Rzecznik warszawskiego lotniska Okęcie Kamil Wnuk podkreśla, że minie trochę
czasu, zanim sytuacja po zamieszaniu z lotami wróci do normy. Jak dodaje,
nad Polską ciągle są pozostałości chmury, dlatego wciąż obowiązują pewne
ograniczenia.
Przed startem linie lotnicze muszą się upewnić, że operacja może być
wykonana, że pył nie znajduje się nad docelowym lotniskiem ani na trasie
lotu i że samolot bezpiecznie doleci do celu.
Z Okęcia jako pierwszy wystartował samolot do Hamburga - przed 8.00, tuż za
nim wyleciała maszyna do Gdańska, potem do odlotów i przylotów
przygotowywały się kolejne samoloty. Wszystkie będą przyjmowane i odprawiane
na bieżąco, czekamy tylko na decyzje przewoźników - dodaje Kamil Wnuk.

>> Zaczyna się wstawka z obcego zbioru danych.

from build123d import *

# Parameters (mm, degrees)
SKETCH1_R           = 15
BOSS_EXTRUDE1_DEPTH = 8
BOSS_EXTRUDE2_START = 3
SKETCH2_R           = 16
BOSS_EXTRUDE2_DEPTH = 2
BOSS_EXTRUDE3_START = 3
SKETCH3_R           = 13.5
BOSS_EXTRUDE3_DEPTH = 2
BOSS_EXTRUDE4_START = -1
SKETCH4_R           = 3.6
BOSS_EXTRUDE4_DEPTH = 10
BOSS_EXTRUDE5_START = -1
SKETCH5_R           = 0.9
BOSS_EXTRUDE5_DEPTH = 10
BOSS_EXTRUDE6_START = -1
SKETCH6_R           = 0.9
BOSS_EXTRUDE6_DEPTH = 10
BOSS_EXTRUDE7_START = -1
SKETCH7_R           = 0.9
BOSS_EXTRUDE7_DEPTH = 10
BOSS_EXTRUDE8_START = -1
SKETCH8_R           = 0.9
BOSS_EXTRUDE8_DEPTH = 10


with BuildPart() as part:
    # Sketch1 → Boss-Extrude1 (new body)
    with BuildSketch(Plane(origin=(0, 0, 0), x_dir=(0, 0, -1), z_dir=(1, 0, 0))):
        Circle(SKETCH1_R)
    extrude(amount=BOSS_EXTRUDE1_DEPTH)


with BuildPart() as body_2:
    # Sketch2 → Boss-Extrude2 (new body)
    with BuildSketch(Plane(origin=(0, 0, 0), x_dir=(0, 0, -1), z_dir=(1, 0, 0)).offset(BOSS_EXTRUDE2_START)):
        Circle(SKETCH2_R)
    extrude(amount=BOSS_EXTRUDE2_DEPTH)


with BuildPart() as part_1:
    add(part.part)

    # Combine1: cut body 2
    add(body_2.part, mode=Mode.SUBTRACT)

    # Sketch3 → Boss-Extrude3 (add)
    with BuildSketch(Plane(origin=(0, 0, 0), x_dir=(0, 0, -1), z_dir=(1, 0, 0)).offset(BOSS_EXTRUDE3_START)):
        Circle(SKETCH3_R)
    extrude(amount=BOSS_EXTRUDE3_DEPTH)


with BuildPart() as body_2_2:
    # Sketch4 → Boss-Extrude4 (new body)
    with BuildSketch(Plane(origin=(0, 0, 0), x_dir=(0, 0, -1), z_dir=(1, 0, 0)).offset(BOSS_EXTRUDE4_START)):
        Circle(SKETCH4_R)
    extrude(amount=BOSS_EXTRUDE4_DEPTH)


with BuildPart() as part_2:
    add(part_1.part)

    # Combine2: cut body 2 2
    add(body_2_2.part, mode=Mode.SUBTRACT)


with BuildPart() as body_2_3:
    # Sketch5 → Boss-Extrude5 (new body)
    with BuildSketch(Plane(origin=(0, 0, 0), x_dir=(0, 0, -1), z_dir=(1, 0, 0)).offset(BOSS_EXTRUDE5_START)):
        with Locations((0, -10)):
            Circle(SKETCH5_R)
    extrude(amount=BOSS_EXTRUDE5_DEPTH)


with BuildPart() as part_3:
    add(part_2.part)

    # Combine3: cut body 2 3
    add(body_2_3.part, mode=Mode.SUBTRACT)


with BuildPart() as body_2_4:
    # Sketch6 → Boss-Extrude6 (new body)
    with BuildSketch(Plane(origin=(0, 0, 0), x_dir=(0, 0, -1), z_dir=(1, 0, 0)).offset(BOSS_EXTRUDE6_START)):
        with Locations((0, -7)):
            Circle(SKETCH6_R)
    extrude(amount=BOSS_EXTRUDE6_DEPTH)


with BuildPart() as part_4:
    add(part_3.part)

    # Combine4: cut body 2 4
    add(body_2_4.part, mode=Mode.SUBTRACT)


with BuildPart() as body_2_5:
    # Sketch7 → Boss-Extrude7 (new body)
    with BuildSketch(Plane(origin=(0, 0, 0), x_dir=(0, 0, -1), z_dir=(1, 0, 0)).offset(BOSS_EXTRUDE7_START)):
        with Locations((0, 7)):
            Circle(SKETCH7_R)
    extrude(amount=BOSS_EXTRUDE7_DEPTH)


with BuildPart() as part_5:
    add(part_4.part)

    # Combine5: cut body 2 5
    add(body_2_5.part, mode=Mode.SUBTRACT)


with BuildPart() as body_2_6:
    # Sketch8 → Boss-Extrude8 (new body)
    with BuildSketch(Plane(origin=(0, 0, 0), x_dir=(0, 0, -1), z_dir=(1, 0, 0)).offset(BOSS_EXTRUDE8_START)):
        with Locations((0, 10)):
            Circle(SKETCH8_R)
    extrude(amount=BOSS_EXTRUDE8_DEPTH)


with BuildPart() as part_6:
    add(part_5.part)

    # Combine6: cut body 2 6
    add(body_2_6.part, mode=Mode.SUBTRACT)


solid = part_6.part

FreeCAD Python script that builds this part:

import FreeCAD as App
import Part
import Sketcher
from FreeCAD import Vector
Q = App.Units.Quantity

doc = App.newDocument("Part")
body = doc.addObject("PartDesign::Body", "Body")

# Sketch on YZ plane
sketch1 = body.newObject("Sketcher::SketchObject", "Sketch")
sketch1.AttachmentSupport = (doc.getObject("YZ_Plane"), [""])
sketch1.MapMode = "FlatFace"
sketch1.addGeometry(Part.Circle(Vector(0, 0, 0), Vector(0, 0, 1), 15), False)
sketch1.addConstraint([
    Sketcher.Constraint("Coincident", 0, 3, -1, 1),
    Sketcher.Constraint("Diameter", 0, Q("30 mm")),
])
pad1 = body.newObject("PartDesign::Pad", "Pad")
pad1.Profile = sketch1
pad1.Length = 8
body2 = doc.addObject("PartDesign::Body", "Body001")

# Sketch on YZ plane
sketch2 = body2.newObject("Sketcher::SketchObject", "Sketch001")
sketch2.AttachmentSupport = (doc.getObject("YZ_Plane001"), [""])
sketch2.MapMode = "FlatFace"
sketch2.AttachmentOffset = App.Placement(Vector(0, 0, 3), App.Rotation())
sketch2.addGeometry(Part.Circle(Vector(0, 0, 0), Vector(0, 0, 1), 16), False)
sketch2.addConstraint([
    Sketcher.Constraint("Coincident", 0, 3, -1, 1),
    Sketcher.Constraint("Diameter", 0, Q("32 mm")),
])
pad2 = body2.newObject("PartDesign::Pad", "Pad001")
pad2.Profile = sketch2
pad2.Length = 2
body.AllowCompound = True
doc.recompute()

boolean = body.newObject("PartDesign::Boolean", "Boolean")
boolean.Type = "Cut"
boolean.addObjects([body2])

# Sketch on YZ plane
sketch3 = body.newObject("Sketcher::SketchObject", "Sketch002")
sketch3.AttachmentSupport = (doc.getObject("YZ_Plane"), [""])
sketch3.MapMode = "FlatFace"
sketch3.AttachmentOffset = App.Placement(Vector(0, 0, 3), App.Rotation())
sketch3.addGeometry(Part.Circle(Vector(0, 0, 0), Vector(0, 0, 1), 14), False)
sketch3.addConstraint([
    Sketcher.Constraint("Coincident", 0, 3, -1, 1),
    Sketcher.Constraint("Diameter", 0, Q("27 mm")),
])
pad3 = body.newObject("PartDesign::Pad", "Pad002")
pad3.Profile = sketch3
pad3.Length = 2
body3 = doc.addObject("PartDesign::Body", "Body002")

# Sketch on YZ plane
sketch4 = body3.newObject("Sketcher::SketchObject", "Sketch003")
sketch4.AttachmentSupport = (doc.getObject("YZ_Plane002"), [""])
sketch4.MapMode = "FlatFace"
sketch4.AttachmentOffset = App.Placement(Vector(0, 0, -1), App.Rotation())
sketch4.addGeometry(Part.Circle(Vector(0, 0, 0), Vector(0, 0, 1), 3.6), False)
sketch4.addConstraint([
    Sketcher.Constraint("Coincident", 0, 3, -1, 1),
    Sketcher.Constraint("Diameter", 0, Q("7.2 mm")),
])
pad4 = body3.newObject("PartDesign::Pad", "Pad003")
pad4.Profile = sketch4
pad4.Length = 10
doc.recompute()

boolean2 = body.newObject("PartDesign::Boolean", "Boolean001")
boolean2.Type = "Cut"
boolean2.addObjects([body3])
body4 = doc.addObject("PartDesign::Body", "Body003")

# Sketch on YZ plane
sketch5 = body4.newObject("Sketcher::SketchObject", "Sketch004")
sketch5.AttachmentSupport = (doc.getObject("YZ_Plane003"), [""])
sketch5.MapMode = "FlatFace"
sketch5.AttachmentOffset = App.Placement(Vector(0, 0, -1), App.Rotation())
sketch5.addGeometry(Part.Circle(Vector(-10, 0, 0), Vector(0, 0, 1), 0.9), False)
sketch5.addConstraint([
    Sketcher.Constraint("PointOnObject", 0, 3, -1),
    Sketcher.Constraint("Diameter", 0, Q("1.8 mm")),
    Sketcher.Constraint("DistanceX", 0, 3, -1, 1, Q("10 mm")),
])
pad5 = body4.newObject("PartDesign::Pad", "Pad004")
pad5.Profile = sketch5
pad5.Length = 10
doc.recompute()

boolean3 = body.newObject("PartDesign::Boolean", "Boolean002")
boolean3.Type = "Cut"
boolean3.addObjects([body4])
body5 = doc.addObject("PartDesign::Body", "Body004")

# Sketch on YZ plane
sketch6 = body5.newObject("Sketcher::SketchObject", "Sketch005")
sketch6.AttachmentSupport = (doc.getObject("YZ_Plane004"), [""])
sketch6.MapMode = "FlatFace"
sketch6.AttachmentOffset = App.Placement(Vector(0, 0, -1), App.Rotation())
sketch6.addGeometry(Part.Circle(Vector(-7, 0, 0), Vector(0, 0, 1), 0.9), False)
sketch6.addConstraint([
    Sketcher.Constraint("PointOnObject", 0, 3, -1),
    Sketcher.Constraint("Diameter", 0, Q("1.8 mm")),
    Sketcher.Constraint("DistanceX", 0, 3, -1, 1, Q("7 mm")),
])
pad6 = body5.newObject("PartDesign::Pad", "Pad005")
pad6.Profile = sketch6
pad6.Length = 10
doc.recompute()

boolean4 = body.newObject("PartDesign::Boolean", "Boolean003")
boolean4.Type = "Cut"
boolean4.addObjects([body5])
body6 = doc.addObject("PartDesign::Body", "Body005")

# Sketch on YZ plane
sketch7 = body6.newObject("Sketcher::SketchObject", "Sketch006")
sketch7.AttachmentSupport = (doc.getObject("YZ_Plane005"), [""])
sketch7.MapMode = "FlatFace"
sketch7.AttachmentOffset = App.Placement(Vector(0, 0, -1), App.Rotation())
sketch7.addGeometry(Part.Circle(Vector(7, 0, 0), Vector(0, 0, 1), 0.9), False)
sketch7.addConstraint([
    Sketcher.Constraint("PointOnObject", 0, 3, -1),
    Sketcher.Constraint("Diameter", 0, Q("1.8 mm")),
    Sketcher.Constraint("DistanceX", -1, 1, 0, 3, Q("7 mm")),
])
pad7 = body6.newObject("PartDesign::Pad", "Pad006")
pad7.Profile = sketch7
pad7.Length = 10
doc.recompute()

boolean5 = body.newObject("PartDesign::Boolean", "Boolean004")
boolean5.Type = "Cut"
boolean5.addObjects([body6])
body7 = doc.addObject("PartDesign::Body", "Body006")

# Sketch on YZ plane
sketch8 = body7.newObject("Sketcher::SketchObject", "Sketch007")
sketch8.AttachmentSupport = (doc.getObject("YZ_Plane006"), [""])
sketch8.MapMode = "FlatFace"
sketch8.AttachmentOffset = App.Placement(Vector(0, 0, -1), App.Rotation())
sketch8.addGeometry(Part.Circle(Vector(10, 0, 0), Vector(0, 0, 1), 0.9), False)
sketch8.addConstraint([
    Sketcher.Constraint("PointOnObject", 0, 3, -1),
    Sketcher.Constraint("Diameter", 0, Q("1.8 mm")),
    Sketcher.Constraint("DistanceX", -1, 1, 0, 3, Q("10 mm")),
])
pad8 = body7.newObject("PartDesign::Pad", "Pad007")
pad8.Profile = sketch8
pad8.Length = 10
doc.recompute()

boolean6 = body.newObject("PartDesign::Boolean", "Boolean005")
boolean6.Type = "Cut"
boolean6.addObjects([body7])

doc.recompute()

Jak mówi, pod koniec dnia prawie nie ma odwołań. - Mamy nadzieję, że ta
sytuacja będzie się utrzymywać - podkreśla rzecznik Okęcia.
Ponieważ część samolotów jest mimo wszystko odwołana, przed przyjazdem na
lotnisko warto sprawdzić w internecie, bądź dzwoniąc na infolinię, czy dany
lot się odbędzie.
Zamieszanie panuje jeszcze na poznańskim lotnisku Ławica. Nie wystartowały
stamtąd poranne samoloty LOT do Monachium i Frankfurtu, mimo że pasażerowie
zostali odprawieni. - Początkowo byli informowani, że samoloty są opóźnione,
ostatecznie przewoźnik odwołał te loty - powiedziała rzeczniczka portu Hanna
Surma. Powodem było zamknięcie przestrzeni powietrznej w Niemczech.
W środę z Poznania nie latają także samoloty do Frankfurtu, obsługiwane
przez Lufthansę. Do czwartku do 16.00 swoich połączeń nie obsługuje Ryanair.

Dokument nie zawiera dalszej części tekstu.